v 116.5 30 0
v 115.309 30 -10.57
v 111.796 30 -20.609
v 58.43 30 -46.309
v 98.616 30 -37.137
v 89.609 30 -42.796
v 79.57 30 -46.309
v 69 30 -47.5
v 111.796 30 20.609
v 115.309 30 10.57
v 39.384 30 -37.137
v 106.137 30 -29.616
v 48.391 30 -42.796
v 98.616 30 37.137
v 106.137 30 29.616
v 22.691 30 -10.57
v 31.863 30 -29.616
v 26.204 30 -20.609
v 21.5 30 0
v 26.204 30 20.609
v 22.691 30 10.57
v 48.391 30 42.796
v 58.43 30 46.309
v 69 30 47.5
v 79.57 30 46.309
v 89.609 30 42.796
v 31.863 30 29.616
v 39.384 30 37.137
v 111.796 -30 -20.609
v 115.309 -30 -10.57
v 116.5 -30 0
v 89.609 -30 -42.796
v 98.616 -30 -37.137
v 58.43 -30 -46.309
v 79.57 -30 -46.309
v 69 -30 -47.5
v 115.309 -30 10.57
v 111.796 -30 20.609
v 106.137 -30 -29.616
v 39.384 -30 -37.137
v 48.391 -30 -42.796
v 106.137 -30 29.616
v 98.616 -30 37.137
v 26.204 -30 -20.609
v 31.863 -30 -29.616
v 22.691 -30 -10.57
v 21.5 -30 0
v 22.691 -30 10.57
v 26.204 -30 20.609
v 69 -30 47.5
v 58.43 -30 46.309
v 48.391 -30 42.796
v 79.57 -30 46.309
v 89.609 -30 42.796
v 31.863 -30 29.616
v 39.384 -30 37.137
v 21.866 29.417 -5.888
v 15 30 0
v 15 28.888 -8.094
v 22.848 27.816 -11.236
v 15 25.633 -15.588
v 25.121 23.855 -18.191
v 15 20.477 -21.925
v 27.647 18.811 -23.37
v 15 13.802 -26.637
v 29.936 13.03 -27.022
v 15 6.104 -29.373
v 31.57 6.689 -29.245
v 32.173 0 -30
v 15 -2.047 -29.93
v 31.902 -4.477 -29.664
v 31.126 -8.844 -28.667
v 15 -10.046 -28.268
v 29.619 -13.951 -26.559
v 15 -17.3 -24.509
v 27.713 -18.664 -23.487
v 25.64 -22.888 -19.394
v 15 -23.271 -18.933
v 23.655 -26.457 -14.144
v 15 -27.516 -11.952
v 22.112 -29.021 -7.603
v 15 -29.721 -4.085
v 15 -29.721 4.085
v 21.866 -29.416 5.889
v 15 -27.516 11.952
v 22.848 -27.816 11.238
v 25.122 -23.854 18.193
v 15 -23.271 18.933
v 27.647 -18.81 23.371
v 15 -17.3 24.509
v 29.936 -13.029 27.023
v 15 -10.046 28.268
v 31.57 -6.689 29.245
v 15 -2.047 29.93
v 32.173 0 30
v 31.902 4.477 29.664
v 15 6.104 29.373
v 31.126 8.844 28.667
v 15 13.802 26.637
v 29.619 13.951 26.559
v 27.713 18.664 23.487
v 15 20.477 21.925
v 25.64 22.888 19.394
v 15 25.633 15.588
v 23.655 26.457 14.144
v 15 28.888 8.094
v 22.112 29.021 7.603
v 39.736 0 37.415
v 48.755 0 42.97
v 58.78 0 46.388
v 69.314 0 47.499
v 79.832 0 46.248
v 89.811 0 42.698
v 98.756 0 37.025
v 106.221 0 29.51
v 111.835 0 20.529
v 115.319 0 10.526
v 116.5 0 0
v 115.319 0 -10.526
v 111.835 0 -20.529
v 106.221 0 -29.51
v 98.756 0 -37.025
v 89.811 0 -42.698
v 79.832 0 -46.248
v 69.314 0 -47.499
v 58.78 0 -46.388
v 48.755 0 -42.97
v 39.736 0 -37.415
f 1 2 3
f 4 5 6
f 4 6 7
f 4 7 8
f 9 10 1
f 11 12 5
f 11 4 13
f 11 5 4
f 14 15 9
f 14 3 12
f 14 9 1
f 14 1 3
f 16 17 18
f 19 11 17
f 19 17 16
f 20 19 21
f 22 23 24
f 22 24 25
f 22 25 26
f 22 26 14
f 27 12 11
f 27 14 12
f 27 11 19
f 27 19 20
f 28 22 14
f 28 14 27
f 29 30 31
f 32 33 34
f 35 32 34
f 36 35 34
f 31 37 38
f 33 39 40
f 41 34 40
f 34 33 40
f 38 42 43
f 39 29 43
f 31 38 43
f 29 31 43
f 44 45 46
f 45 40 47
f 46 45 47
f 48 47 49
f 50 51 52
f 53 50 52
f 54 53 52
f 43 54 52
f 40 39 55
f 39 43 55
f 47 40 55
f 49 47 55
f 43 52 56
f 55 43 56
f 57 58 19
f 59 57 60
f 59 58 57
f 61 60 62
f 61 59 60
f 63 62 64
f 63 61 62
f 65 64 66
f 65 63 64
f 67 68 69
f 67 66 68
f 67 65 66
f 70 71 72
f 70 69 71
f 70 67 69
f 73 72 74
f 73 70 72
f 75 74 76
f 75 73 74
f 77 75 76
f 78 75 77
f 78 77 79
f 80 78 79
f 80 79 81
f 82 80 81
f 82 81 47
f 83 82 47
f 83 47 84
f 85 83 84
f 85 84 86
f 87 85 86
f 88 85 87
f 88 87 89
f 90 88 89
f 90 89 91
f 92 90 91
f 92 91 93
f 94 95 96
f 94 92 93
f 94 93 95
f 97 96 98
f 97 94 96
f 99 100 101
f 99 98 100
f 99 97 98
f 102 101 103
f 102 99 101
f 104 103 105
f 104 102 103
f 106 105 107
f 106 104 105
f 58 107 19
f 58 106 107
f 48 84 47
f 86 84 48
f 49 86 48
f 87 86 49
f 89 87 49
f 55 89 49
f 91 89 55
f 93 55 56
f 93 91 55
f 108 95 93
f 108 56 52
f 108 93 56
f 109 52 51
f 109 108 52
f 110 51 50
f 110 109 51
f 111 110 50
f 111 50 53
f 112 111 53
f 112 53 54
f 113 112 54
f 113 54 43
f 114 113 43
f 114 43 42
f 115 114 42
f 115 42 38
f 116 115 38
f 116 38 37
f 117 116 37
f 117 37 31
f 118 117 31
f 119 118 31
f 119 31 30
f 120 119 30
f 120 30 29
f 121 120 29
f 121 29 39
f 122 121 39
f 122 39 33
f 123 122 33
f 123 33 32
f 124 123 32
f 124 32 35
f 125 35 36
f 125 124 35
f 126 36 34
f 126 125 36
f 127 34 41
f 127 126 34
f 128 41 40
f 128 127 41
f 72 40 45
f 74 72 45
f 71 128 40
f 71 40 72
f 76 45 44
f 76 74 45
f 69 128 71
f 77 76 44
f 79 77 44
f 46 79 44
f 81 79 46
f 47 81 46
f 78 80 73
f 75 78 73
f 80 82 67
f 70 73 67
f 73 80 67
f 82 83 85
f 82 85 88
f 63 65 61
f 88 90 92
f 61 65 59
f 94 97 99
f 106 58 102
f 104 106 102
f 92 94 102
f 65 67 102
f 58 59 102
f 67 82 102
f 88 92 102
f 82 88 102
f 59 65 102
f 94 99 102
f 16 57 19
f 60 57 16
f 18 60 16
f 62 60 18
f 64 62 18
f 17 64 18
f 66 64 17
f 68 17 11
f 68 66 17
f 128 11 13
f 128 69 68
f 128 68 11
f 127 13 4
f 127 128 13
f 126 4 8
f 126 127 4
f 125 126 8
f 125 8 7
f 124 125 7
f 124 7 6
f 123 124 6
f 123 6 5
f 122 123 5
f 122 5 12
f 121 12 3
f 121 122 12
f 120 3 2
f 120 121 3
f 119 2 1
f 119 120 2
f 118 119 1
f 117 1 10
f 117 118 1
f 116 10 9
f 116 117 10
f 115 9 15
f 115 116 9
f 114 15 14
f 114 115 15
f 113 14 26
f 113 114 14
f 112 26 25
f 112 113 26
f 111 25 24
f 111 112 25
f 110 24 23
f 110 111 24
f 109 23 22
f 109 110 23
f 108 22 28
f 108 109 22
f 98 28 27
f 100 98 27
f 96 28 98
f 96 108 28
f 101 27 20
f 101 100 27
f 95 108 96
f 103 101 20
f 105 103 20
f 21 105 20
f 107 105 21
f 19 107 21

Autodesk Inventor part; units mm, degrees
ref_plane "YZ Plane" through (0, 0, 0) normal (1, 0, 0) x (0, 1, 0)
ref_plane "XZ Plane" through (0, 0, 0) normal (0, 1, 0) x (-1, 0, 0)
ref_plane "XY Plane" through (0, 0, 0) normal (0, 0, 1) x (1, 0, 0)
sketch "Sketch1" plane through (0, 0, 0) normal (1, 0, 0) x (0, 1, 0)
  circle A0 centre (0, 0) radius 30
  dimension "d0" = 60
extrude "Extrusion1" add sketch "Sketch1" along normal blind 54
sketch "Sketch2" plane through (0, 0, 0) normal (0, 1, 0) x (-1, 0, 0)
  line L0 (-54, 30) -> (-54, -30) projected
  circle A0 centre (-54, 0) radius 47.5
  point P0 (0, 0)
  dimension "d3" = 95
extrude "Extrusion2" add sketch "Sketch2" along normal mid plane 60
move or copy body "Move Body1" bodies to move or copy 1 copy no translate (15, 0, 0)
properties part number "hip"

━━━━━━━━

Assignment
The lines above, from the start of the records through the one containing "v 39.384 -30 37.137", are to be printed exactly, and nothing else is to be included.

Finished task
v 116.5 30 0
v 115.309 30 -10.57
v 111.796 30 -20.609
v 58.43 30 -46.309
v 98.616 30 -37.137
v 89.609 30 -42.796
v 79.57 30 -46.309
v 69 30 -47.5
v 111.796 30 20.609
v 115.309 30 10.57
v 39.384 30 -37.137
v 106.137 30 -29.616
v 48.391 30 -42.796
v 98.616 30 37.137
v 106.137 30 29.616
v 22.691 30 -10.57
v 31.863 30 -29.616
v 26.204 30 -20.609
v 21.5 30 0
v 26.204 30 20.609
v 22.691 30 10.57
v 48.391 30 42.796
v 58.43 30 46.309
v 69 30 47.5
v 79.57 30 46.309
v 89.609 30 42.796
v 31.863 30 29.616
v 39.384 30 37.137
v 111.796 -30 -20.609
v 115.309 -30 -10.57
v 116.5 -30 0
v 89.609 -30 -42.796
v 98.616 -30 -37.137
v 58.43 -30 -46.309
v 79.57 -30 -46.309
v 69 -30 -47.5
v 115.309 -30 10.57
v 111.796 -30 20.609
v 106.137 -30 -29.616
v 39.384 -30 -37.137
v 48.391 -30 -42.796
v 106.137 -30 29.616
v 98.616 -30 37.137
v 26.204 -30 -20.609
v 31.863 -30 -29.616
v 22.691 -30 -10.57
v 21.5 -30 0
v 22.691 -30 10.57
v 26.204 -30 20.609
v 69 -30 47.5
v 58.43 -30 46.309
v 48.391 -30 42.796
v 79.57 -30 46.309
v 89.609 -30 42.796
v 31.863 -30 29.616
v 39.384 -30 37.137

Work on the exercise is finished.